Add TFDF outputs in a concatenate API functional layer

laurent_pourchot · May 26, 2021, 10:15pm

Hi, I’m using Keras API for tabular data with embedding, conv1D and sequential with onehot encoding to get a merged model more efficient (after a concatenation layer). I’m very interesting in adding a Keras gradient boosting model but I guess it won’t be possible to get the output layer (and input) to concatenate multiple outputs and create a merged model ? It seems we can only fit the gradient model (without compile step) as any other gradient boosting models (Xgb, Lgb, Cat…). Do I miss something ? Thank you very much for your information

I read the intermediate colab page, but my question was about the gradient boosting model which is much more efficient than a random forest for tabular data.
In the page, It seems that only random forest can be concatenated with functional API . In addition, my understanding (but I need to go deeper in the example provided in the page) is that the training is performed in 2 steps (not in //). My objective is to use multiple heads made of functional API (head for embedding layer, head for Conv1D…) to compute a tabular dataset in // and concatenate the // heads into a final stream (still API) for a prediction ( with some dense layers and finally a softmax activation for example). Of course, a head with gradient boosting would improve the result of the concatenation.
I did it with a head made of Decision Forest model (from Keras deep_neural_decision_forests) but it was not very powerfull .
By the way, it seems (not important) that you should change vocabulary_size in the data pipeline by vocab_size because it leads to an error in google colab notebook.

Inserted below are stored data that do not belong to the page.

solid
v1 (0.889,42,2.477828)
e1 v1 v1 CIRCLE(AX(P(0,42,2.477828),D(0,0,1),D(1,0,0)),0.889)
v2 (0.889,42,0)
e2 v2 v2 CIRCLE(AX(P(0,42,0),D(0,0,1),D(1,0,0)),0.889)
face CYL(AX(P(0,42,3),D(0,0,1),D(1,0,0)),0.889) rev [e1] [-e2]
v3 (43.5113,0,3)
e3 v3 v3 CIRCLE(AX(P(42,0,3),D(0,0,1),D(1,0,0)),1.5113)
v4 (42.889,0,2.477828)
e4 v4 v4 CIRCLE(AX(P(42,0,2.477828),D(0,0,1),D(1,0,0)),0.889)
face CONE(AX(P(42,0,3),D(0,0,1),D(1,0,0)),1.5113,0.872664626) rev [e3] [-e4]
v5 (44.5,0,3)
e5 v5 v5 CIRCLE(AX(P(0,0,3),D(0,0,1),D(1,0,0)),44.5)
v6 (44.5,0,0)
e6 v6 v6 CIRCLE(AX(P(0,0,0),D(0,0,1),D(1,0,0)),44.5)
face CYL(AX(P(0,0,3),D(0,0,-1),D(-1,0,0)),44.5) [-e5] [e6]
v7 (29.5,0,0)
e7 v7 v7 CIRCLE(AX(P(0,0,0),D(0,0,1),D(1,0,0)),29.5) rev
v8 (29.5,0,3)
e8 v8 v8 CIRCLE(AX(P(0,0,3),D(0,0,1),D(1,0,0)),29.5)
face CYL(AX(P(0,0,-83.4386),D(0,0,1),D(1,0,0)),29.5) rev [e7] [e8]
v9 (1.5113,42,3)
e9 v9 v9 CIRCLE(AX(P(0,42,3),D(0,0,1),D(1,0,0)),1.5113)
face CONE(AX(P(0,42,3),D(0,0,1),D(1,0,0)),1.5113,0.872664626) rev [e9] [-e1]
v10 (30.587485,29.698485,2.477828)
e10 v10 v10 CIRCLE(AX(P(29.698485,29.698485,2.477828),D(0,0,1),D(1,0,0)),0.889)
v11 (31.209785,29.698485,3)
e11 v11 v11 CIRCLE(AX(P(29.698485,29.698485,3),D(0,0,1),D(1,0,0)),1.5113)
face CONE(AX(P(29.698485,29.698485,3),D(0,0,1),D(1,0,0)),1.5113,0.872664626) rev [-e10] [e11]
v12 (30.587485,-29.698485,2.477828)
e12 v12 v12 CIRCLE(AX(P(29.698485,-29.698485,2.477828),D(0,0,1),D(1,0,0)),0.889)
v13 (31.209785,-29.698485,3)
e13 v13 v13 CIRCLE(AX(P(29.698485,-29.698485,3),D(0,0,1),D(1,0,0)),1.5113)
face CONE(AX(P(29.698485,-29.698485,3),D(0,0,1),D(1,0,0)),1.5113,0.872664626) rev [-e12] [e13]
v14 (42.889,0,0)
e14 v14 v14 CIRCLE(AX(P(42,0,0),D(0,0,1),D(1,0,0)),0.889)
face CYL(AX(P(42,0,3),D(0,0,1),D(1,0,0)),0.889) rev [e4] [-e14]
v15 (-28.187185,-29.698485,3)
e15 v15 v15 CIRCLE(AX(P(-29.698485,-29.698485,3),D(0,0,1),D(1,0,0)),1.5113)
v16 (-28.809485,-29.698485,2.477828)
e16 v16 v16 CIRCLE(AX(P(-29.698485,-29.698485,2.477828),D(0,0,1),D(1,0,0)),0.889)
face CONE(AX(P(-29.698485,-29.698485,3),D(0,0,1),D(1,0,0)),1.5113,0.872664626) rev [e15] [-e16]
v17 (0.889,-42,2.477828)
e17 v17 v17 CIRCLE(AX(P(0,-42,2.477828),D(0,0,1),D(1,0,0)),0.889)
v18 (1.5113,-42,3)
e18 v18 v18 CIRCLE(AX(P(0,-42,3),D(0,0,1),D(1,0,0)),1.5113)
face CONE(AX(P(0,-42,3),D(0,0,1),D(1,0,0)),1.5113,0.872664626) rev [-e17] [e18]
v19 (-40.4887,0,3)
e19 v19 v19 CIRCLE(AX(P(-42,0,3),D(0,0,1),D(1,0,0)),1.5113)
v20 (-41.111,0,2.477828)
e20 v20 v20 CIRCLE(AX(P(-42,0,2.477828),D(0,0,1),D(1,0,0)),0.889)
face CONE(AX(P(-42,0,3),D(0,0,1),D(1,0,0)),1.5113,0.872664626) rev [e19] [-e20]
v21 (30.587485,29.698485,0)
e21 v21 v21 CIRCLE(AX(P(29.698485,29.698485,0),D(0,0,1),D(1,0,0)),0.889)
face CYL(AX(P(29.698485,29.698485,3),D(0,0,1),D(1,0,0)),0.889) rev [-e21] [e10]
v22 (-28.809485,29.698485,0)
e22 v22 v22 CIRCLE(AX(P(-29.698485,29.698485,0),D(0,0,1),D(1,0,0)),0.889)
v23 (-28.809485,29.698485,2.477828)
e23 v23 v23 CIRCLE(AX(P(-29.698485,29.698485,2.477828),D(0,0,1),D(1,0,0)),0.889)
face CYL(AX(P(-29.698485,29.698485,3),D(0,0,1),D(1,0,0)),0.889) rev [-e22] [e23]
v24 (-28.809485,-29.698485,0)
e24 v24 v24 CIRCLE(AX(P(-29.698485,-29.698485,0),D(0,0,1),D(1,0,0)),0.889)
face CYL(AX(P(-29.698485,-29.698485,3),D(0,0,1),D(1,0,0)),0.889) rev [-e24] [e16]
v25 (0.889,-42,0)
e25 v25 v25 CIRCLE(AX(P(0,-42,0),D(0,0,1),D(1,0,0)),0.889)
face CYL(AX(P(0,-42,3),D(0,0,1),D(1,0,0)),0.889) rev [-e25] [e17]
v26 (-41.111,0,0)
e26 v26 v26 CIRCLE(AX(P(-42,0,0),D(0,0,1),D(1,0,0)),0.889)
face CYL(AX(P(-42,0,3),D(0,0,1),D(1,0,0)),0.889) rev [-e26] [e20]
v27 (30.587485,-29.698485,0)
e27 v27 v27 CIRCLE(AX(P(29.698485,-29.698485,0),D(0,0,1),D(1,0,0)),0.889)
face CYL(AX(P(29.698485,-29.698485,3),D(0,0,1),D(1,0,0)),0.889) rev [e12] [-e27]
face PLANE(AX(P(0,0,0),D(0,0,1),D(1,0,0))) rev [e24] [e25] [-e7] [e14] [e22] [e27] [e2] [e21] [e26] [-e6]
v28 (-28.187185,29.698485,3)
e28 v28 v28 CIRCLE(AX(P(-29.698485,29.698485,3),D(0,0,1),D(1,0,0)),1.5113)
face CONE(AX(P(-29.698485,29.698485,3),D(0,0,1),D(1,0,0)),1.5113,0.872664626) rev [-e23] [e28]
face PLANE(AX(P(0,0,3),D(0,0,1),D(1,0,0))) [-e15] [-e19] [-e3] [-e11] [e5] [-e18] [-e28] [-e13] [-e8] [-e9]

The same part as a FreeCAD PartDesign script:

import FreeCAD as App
import Part
import Sketcher
Q = App.Units.Quantity

doc = App.newDocument("Part")
body = doc.addObject("PartDesign::Body", "Body")

# Sketch on XY plane
sketch1 = body.newObject("Sketcher::SketchObject", "Sketch")
sketch1.AttachmentSupport = (doc.getObject("XY_Plane"), [""])
sketch1.MapMode = "FlatFace"
sketch1.addGeometry(Part.Circle(App.Vector(0, 0, 0), App.Vector(0, 0, 1), 44), False)
sketch1.addConstraint([
    Sketcher.Constraint("Coincident", 0, 3, -1, 1),
    Sketcher.Constraint("Diameter", 0, Q("89 mm")),
])
pad1 = body.newObject("PartDesign::Pad", "Pad")
pad1.Profile = sketch1
pad1.Length = 3

# Sketch on XY plane
sketch2 = body.newObject("Sketcher::SketchObject", "Sketch001")
sketch2.AttachmentSupport = (doc.getObject("XY_Plane"), [""])
sketch2.MapMode = "FlatFace"
sketch2.AttachmentOffset = App.Placement(App.Vector(0, 0, 3), App.Rotation())
sketch2.addGeometry(Part.Circle(App.Vector(0, 0, 0), App.Vector(0, 0, 1), 30), False)
sketch2.addConstraint([
    Sketcher.Constraint("Coincident", 0, 3, -1, 1),
    Sketcher.Constraint("Diameter", 0, Q("59 mm")),
])
pocket1 = body.newObject("PartDesign::Pocket", "Pocket")
pocket1.Profile = sketch2
pocket1.Length = 3

# Sketch on XY plane
sketch3 = body.newObject("Sketcher::SketchObject", "Sketch002")
sketch3.AttachmentSupport = (doc.getObject("XY_Plane"), [""])
sketch3.MapMode = "FlatFace"
sketch3.AttachmentOffset = App.Placement(App.Vector(0, 0, 3), App.Rotation())
sketch3.addGeometry(Part.Circle(App.Vector(0, 42, 0), App.Vector(0, 0, 1), 0.9), False)
sketch3.addConstraint([
    Sketcher.Constraint("PointOnObject", 0, 3, -2),
    Sketcher.Constraint("Diameter", 0, Q("1.778 mm")),
    Sketcher.Constraint("DistanceY", -1, 1, 0, 3, Q("42 mm")),
])
doc.recompute()
hole = body.newObject("PartDesign::Hole", "Hole")
hole.Profile = sketch3
hole.ThreadType = "None"
hole.Diameter = 1.778
hole.DepthType = "ThroughAll"
hole.HoleCutType = "Countersink"
hole.HoleCutDiameter = 3.0226
hole.HoleCutCountersinkAngle = 100
doc.recompute()

polarpattern = body.newObject("PartDesign::PolarPattern", "PolarPattern")
polarpattern.Originals = [hole]
polarpattern.Axis = (doc.getObject("Z_Axis"), [""])
polarpattern.Angle = 360
polarpattern.Occurrences = 8
body.Tip = polarpattern

doc.recompute()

Mathieu · May 27, 2021, 3:23pm

Bonjour/Hello Laurent :),

To make it more visual, here is the model you describe as I understand it:

(Assuming this is the model you describe), this configuration is possible, but there are some caveats:

The TF-DF models don’t backpropagate gradients (yet). It means that the parameters of the “Common learnable pre-processing” part cannot be trained through the GBT. Instead, the pre-processing needs be trained with the gradients back-propagated through the “model #1” and “model #2”.

This implies a 2 steps training:

Training of “Common learnable pre-processing” + “model #1” + “model #2”.
Training of “GBT model”.

If there are no “Common learnable pre-processing” stages, all the models (including the GBT) can be trained in parallel (i.e. in the same session call). However, this might not be optimal as GBT trains in exactly on epoch, while NNs generally train over multiple ones. Instead, it will be more interesting to train the GBT and the NN independently (but possibly at the same time).

This colab demonstrates how to train the ensemble shown in the figure. I hope this helps. The API is a bit verbosy, but hopefully, this will improve :).

Cheers,

Mathieu · May 26, 2021, 9:16am

Hello @laurent_pourchot,

It is possible both to stack TF-DF “on top of existing” model (see intermediate colab) as well as to stack a model/set-of-operations (e.g. concatenate output) on top of a TF-DF (currently not demonstrated in a colab) using the Sequential or Functional Keras API. What’s important is that “fit” is called the TF-DF model.

laurent_pourchot · May 28, 2021, 5:46am

Hello Mathieu,
You have understood my request and your picture is perfect. I also understand your very clear answer, thank you very much.
This kind of // configuration works with a decision Forest posted on Keras so I was dreaming of a better model such as gradient boosting.
Yesterday, I tested your model from the tuto but with 50 features and 100 000 rows (50 inputs layers in a loop) concatenated +3 Dense layers + softmax with multiclass and then a layer ( not the final softmax) into the gradient model argument. It works but overfit quickly ( even with the early stopping in the gradient model and a callback in the functiional API).
Thank you again for your explanations and I hope for a future gradient model to make NN + trees more efficient on tabular structured data. ( atention layers and tabnet gives also poor result in comparison to gradient).